BEGIN Extracted information
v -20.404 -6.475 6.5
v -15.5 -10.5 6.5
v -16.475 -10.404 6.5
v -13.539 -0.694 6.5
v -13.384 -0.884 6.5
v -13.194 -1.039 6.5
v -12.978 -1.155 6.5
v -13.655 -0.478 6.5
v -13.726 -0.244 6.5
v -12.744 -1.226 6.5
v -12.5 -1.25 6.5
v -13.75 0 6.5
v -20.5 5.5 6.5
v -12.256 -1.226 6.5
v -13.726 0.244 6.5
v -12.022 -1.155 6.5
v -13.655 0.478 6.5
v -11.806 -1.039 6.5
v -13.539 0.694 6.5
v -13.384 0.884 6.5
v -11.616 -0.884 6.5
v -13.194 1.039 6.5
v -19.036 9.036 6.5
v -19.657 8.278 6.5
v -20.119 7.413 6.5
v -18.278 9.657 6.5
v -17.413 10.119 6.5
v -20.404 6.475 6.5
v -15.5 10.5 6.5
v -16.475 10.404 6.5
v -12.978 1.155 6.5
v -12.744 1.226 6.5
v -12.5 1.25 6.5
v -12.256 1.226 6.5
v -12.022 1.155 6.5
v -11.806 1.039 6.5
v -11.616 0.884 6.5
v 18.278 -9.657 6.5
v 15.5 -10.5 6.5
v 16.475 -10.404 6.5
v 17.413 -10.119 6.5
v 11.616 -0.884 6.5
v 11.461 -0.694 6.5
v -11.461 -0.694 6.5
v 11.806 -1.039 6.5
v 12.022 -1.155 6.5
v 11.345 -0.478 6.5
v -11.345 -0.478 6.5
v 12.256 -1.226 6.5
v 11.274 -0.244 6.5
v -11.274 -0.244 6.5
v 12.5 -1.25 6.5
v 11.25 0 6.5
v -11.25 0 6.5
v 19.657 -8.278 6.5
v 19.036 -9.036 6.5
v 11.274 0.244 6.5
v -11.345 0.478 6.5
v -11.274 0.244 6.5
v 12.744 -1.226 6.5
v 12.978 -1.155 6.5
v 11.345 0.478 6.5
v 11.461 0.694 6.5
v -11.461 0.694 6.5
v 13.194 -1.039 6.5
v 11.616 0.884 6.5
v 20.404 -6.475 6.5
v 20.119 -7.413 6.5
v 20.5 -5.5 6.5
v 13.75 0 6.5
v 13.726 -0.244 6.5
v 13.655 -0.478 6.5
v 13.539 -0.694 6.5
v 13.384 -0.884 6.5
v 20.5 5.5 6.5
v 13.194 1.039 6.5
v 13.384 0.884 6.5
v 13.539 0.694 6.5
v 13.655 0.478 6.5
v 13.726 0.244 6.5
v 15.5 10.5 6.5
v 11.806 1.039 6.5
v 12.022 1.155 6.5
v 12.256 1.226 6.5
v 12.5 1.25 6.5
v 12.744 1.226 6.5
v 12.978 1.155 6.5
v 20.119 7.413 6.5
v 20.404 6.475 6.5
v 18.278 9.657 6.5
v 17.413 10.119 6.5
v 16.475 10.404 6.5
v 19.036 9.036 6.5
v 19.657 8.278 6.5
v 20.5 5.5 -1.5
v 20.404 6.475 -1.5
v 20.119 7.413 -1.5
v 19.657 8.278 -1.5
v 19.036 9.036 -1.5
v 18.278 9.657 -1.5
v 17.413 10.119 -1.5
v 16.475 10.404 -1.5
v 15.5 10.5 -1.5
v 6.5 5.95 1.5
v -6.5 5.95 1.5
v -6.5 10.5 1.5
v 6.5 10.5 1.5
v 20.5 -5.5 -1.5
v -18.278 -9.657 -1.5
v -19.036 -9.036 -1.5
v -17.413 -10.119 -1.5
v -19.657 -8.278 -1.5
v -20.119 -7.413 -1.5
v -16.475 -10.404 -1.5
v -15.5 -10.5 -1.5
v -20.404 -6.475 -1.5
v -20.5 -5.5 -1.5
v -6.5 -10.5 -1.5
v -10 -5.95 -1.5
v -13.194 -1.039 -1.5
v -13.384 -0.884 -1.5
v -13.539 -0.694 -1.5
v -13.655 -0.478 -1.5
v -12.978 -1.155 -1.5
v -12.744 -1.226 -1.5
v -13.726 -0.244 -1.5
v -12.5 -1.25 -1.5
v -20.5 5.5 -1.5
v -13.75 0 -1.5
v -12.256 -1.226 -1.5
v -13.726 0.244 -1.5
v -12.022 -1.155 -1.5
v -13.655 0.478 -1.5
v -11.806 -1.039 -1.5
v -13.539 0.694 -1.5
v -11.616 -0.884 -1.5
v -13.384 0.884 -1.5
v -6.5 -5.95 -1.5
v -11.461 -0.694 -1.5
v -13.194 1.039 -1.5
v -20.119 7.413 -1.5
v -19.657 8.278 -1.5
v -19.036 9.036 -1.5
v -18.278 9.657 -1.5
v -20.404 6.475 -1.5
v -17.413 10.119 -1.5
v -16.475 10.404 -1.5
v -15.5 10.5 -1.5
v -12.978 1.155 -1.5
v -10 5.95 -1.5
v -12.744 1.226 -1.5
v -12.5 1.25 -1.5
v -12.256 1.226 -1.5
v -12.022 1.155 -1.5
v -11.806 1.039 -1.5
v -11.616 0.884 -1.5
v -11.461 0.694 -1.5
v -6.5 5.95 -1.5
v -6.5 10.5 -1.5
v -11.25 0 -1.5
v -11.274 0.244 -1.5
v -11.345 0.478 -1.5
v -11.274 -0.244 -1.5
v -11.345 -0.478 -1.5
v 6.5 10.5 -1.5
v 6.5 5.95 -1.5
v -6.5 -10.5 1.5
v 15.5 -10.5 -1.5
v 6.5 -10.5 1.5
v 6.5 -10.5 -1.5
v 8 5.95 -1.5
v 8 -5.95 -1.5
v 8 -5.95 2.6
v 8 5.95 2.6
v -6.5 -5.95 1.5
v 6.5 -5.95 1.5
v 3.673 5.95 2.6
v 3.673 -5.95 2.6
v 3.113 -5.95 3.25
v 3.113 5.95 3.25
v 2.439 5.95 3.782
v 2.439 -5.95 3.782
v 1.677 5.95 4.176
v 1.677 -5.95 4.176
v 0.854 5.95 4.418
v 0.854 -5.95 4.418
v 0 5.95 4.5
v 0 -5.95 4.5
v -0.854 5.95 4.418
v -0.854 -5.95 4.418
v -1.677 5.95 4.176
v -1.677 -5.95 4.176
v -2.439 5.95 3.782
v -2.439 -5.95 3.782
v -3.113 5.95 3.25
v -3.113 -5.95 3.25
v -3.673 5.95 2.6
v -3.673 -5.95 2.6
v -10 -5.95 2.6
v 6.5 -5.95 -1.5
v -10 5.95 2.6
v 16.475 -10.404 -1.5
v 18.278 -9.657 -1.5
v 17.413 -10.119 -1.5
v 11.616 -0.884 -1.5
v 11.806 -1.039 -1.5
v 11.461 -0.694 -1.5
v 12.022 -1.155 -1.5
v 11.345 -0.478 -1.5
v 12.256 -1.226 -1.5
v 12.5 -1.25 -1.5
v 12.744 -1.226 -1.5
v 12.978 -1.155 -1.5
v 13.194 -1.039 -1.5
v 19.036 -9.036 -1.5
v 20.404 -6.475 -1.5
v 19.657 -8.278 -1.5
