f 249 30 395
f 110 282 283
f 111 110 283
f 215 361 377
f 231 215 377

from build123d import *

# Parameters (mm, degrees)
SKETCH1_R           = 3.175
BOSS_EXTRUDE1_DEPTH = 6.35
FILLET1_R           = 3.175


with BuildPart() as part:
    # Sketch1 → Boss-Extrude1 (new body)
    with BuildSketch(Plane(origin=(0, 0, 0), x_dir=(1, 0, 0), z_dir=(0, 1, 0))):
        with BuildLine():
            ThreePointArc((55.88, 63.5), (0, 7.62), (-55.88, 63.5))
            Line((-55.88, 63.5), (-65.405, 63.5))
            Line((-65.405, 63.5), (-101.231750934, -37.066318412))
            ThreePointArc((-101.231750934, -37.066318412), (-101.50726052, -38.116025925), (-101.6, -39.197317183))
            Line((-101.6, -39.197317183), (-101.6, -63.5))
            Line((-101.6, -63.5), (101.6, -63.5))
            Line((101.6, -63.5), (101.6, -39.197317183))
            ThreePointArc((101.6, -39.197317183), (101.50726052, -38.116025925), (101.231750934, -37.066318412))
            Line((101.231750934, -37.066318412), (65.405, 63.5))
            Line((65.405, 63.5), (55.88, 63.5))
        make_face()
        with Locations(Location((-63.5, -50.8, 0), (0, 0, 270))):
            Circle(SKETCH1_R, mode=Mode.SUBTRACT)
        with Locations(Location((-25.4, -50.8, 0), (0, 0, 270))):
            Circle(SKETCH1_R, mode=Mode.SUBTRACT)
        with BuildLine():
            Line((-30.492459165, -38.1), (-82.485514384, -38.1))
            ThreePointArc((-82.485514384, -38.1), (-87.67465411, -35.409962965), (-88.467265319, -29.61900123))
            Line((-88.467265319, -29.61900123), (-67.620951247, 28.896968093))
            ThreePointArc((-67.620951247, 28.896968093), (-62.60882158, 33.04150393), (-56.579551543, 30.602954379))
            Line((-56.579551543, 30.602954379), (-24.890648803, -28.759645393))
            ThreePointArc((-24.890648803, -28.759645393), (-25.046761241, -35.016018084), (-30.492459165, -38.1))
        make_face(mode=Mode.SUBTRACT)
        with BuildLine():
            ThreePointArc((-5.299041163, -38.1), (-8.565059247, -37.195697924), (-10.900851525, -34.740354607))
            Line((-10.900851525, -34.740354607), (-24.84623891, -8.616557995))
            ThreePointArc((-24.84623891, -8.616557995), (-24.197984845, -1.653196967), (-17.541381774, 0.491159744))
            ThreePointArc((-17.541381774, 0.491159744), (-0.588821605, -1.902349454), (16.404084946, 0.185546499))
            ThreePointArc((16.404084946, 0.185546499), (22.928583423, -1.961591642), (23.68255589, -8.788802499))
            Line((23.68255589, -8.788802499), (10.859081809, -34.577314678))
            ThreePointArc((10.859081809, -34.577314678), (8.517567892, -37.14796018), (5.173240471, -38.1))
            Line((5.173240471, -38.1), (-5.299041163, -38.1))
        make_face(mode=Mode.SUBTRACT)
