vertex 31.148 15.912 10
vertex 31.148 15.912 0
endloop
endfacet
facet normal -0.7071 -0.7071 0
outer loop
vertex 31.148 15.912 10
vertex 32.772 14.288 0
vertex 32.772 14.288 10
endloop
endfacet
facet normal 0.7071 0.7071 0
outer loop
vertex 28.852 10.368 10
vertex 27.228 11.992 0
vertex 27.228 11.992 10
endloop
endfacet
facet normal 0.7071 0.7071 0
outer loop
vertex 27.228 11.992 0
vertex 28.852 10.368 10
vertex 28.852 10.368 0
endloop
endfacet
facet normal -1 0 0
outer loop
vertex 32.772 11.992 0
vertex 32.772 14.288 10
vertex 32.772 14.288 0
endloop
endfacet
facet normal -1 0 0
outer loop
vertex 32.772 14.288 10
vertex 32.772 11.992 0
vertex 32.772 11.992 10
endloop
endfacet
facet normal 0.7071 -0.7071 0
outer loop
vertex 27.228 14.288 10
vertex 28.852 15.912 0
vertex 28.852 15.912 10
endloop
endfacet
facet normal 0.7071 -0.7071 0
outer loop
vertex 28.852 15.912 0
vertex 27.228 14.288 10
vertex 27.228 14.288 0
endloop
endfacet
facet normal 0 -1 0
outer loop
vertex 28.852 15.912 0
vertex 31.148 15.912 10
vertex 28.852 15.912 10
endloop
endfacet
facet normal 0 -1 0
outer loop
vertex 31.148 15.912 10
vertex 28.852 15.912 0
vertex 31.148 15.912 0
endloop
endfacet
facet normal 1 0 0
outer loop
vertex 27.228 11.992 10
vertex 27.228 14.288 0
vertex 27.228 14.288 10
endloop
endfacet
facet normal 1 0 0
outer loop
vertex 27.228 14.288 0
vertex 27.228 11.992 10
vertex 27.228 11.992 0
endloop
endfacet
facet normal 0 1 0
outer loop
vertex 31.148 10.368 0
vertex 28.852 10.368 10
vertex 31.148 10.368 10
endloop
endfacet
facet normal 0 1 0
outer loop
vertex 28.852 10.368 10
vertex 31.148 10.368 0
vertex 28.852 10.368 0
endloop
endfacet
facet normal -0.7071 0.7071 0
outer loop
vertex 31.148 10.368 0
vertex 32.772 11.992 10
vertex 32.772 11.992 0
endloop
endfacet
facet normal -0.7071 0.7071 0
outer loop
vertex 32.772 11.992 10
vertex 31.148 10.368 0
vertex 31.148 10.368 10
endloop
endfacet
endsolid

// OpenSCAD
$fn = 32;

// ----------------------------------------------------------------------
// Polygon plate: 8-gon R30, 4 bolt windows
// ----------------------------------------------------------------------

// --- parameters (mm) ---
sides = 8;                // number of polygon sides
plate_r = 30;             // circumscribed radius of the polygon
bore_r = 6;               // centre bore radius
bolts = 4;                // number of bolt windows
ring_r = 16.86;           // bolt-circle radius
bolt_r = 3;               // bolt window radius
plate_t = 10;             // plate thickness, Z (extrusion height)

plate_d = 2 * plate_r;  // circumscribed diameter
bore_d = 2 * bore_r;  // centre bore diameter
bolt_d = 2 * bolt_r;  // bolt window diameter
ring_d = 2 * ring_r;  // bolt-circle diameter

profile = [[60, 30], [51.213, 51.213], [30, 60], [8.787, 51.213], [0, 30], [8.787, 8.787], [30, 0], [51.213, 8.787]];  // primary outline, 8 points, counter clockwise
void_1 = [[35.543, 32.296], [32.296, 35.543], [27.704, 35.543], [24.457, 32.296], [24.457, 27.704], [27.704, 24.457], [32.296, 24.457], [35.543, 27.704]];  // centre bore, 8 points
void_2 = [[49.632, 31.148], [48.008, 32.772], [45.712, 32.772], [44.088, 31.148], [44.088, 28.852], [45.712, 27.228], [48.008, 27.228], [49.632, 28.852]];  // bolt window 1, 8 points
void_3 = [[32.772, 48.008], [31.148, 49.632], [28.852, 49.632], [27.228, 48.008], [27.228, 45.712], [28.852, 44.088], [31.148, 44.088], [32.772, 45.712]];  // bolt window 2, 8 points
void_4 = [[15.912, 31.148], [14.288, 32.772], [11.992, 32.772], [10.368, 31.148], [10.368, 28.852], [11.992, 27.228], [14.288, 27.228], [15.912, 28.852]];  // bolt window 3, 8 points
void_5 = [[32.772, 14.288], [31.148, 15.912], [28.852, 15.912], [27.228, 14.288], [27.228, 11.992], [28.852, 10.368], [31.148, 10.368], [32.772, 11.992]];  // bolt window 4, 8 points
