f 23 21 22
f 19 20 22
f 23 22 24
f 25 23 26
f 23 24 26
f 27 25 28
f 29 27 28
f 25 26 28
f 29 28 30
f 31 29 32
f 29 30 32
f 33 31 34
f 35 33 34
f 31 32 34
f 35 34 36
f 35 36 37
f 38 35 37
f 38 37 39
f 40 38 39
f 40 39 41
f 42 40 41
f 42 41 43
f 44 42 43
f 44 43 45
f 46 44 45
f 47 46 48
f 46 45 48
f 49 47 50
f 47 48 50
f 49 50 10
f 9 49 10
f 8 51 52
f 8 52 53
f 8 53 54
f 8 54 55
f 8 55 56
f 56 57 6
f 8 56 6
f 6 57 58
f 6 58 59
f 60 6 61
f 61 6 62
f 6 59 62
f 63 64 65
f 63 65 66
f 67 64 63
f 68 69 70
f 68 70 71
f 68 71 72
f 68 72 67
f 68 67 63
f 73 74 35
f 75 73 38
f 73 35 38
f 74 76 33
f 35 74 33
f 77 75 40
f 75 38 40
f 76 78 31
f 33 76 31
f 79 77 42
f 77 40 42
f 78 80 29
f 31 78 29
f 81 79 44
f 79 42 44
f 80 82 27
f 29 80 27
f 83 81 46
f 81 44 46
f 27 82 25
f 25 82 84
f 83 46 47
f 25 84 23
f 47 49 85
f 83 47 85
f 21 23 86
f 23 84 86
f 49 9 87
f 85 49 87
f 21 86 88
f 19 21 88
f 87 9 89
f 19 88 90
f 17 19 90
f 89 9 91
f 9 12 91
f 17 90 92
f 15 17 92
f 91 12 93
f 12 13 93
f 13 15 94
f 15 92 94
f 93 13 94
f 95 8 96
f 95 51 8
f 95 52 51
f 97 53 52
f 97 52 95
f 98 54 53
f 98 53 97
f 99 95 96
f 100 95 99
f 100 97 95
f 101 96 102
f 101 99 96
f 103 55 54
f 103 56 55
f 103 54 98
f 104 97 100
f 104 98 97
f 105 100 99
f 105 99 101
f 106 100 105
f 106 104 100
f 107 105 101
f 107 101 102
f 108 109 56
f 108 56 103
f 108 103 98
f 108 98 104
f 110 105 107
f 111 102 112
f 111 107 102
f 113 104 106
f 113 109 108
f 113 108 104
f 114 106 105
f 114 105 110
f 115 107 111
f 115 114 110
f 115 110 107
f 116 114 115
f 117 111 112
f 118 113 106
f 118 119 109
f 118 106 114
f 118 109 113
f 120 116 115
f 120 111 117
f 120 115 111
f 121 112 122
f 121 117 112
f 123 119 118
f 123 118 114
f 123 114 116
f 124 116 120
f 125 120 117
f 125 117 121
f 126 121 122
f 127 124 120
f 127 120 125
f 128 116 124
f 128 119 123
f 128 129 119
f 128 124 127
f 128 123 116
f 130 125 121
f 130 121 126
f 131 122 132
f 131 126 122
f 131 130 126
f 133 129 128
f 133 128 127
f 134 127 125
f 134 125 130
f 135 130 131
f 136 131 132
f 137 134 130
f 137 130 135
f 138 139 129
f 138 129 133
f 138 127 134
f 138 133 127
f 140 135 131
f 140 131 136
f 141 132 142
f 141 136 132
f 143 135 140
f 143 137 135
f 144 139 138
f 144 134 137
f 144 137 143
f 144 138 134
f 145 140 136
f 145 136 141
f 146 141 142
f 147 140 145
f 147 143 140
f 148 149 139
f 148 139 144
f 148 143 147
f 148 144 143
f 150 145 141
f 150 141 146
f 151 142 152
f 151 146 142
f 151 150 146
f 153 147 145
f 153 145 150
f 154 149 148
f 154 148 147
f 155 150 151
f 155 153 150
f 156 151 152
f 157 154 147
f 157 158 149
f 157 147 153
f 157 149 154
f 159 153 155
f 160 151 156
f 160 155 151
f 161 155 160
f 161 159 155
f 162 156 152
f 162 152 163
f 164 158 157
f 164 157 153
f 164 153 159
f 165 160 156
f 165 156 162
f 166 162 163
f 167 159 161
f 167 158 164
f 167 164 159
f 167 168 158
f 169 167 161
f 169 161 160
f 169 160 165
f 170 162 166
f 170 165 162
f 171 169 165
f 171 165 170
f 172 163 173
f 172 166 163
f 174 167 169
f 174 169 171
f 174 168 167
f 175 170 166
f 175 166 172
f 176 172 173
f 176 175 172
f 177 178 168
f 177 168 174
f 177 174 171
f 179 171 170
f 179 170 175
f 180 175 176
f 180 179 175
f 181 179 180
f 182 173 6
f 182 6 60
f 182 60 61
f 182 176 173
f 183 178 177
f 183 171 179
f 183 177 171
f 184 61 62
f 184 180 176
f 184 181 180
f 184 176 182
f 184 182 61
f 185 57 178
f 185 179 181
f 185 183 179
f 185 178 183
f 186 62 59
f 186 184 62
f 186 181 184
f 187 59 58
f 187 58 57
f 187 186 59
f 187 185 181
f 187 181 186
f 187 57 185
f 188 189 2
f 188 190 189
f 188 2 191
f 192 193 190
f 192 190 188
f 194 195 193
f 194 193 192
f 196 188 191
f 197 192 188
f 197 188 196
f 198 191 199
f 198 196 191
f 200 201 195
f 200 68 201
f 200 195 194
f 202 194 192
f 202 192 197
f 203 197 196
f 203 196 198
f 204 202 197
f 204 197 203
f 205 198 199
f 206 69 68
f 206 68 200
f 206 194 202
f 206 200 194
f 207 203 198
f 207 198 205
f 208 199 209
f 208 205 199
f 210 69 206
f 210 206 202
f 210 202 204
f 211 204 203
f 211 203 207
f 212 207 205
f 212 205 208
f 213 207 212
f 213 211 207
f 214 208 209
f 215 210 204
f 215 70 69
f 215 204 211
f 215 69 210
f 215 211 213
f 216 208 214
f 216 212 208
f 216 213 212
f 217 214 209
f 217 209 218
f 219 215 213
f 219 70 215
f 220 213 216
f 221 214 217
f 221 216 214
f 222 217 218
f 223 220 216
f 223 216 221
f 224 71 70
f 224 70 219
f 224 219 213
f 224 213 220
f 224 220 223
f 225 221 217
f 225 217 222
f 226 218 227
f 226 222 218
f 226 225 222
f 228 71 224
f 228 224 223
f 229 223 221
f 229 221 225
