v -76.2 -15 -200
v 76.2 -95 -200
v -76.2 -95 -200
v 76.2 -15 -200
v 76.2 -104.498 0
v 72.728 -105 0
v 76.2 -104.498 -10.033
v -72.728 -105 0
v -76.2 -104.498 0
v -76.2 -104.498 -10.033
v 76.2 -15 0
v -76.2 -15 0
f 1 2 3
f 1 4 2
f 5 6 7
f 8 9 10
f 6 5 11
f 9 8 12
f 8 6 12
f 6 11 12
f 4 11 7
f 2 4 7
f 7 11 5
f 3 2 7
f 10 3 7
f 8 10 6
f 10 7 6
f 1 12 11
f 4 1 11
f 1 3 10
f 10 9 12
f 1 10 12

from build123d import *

# Parameters (mm, degrees)
BOSS_EXTRUDE1_DEPTH     = 200
CUT_EXTRUDE1_DEPTH      = 77.2000001
CUT_EXTRUDE1_DEPTH_BACK = 77.2000001


with BuildPart() as part:
    # Sketch17 → Boss-Extrude1 (new body)
    with BuildSketch(Plane.XY):
        with BuildLine():
            Line((-76.2, -15), (76.2, -15))
            Line((76.2, -15), (76.2, -104.498366301))
            add(Edge.make_bspline(
                [(-76.2, -104.498366301), (0, -115.791283906), (76.2, -104.498366301)],
                knots=[1.253188337, 1.253188337, 1.253188337, 1.888404317, 1.888404317, 1.888404317], degree=2, weights=[1, 0.949985148, 1]))
            Line((-76.2, -104.498366301), (-76.2, -15))
        make_face()
    extrude(amount=-BOSS_EXTRUDE1_DEPTH)

    # Sketch15 → Cut-Extrude1 (cut, two sides)
    with BuildSketch(Plane(origin=(0, 0, 0), x_dir=(0, 0, -1), z_dir=(1, 0, 0))) as cut_extrude1_sk:
        Polygon((0, -110), (200, -110), (200, -95), (0, -105), align=None)
    extrude(amount=CUT_EXTRUDE1_DEPTH, mode=Mode.SUBTRACT)
    extrude(cut_extrude1_sk.sketch, amount=-CUT_EXTRUDE1_DEPTH_BACK, mode=Mode.SUBTRACT)


solid = part.part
END Extracted information
■ What to do
Look above for the line holding "v 19.657 -8.278 6.5", then set down exactly that line and every line after it up to and including the line holding "v 13.384 -0.884 6.5", with nothing else.

■ Solved problem
v 19.657 -8.278 6.5
v 19.036 -9.036 6.5
v 11.274 0.244 6.5
v -11.345 0.478 6.5
v -11.274 0.244 6.5
v 12.744 -1.226 6.5
v 12.978 -1.155 6.5
v 11.345 0.478 6.5
v 11.461 0.694 6.5
v -11.461 0.694 6.5
v 13.194 -1.039 6.5
v 11.616 0.884 6.5
v 20.404 -6.475 6.5
v 20.119 -7.413 6.5
v 20.5 -5.5 6.5
v 13.75 0 6.5
v 13.726 -0.244 6.5
v 13.655 -0.478 6.5
v 13.539 -0.694 6.5
v 13.384 -0.884 6.5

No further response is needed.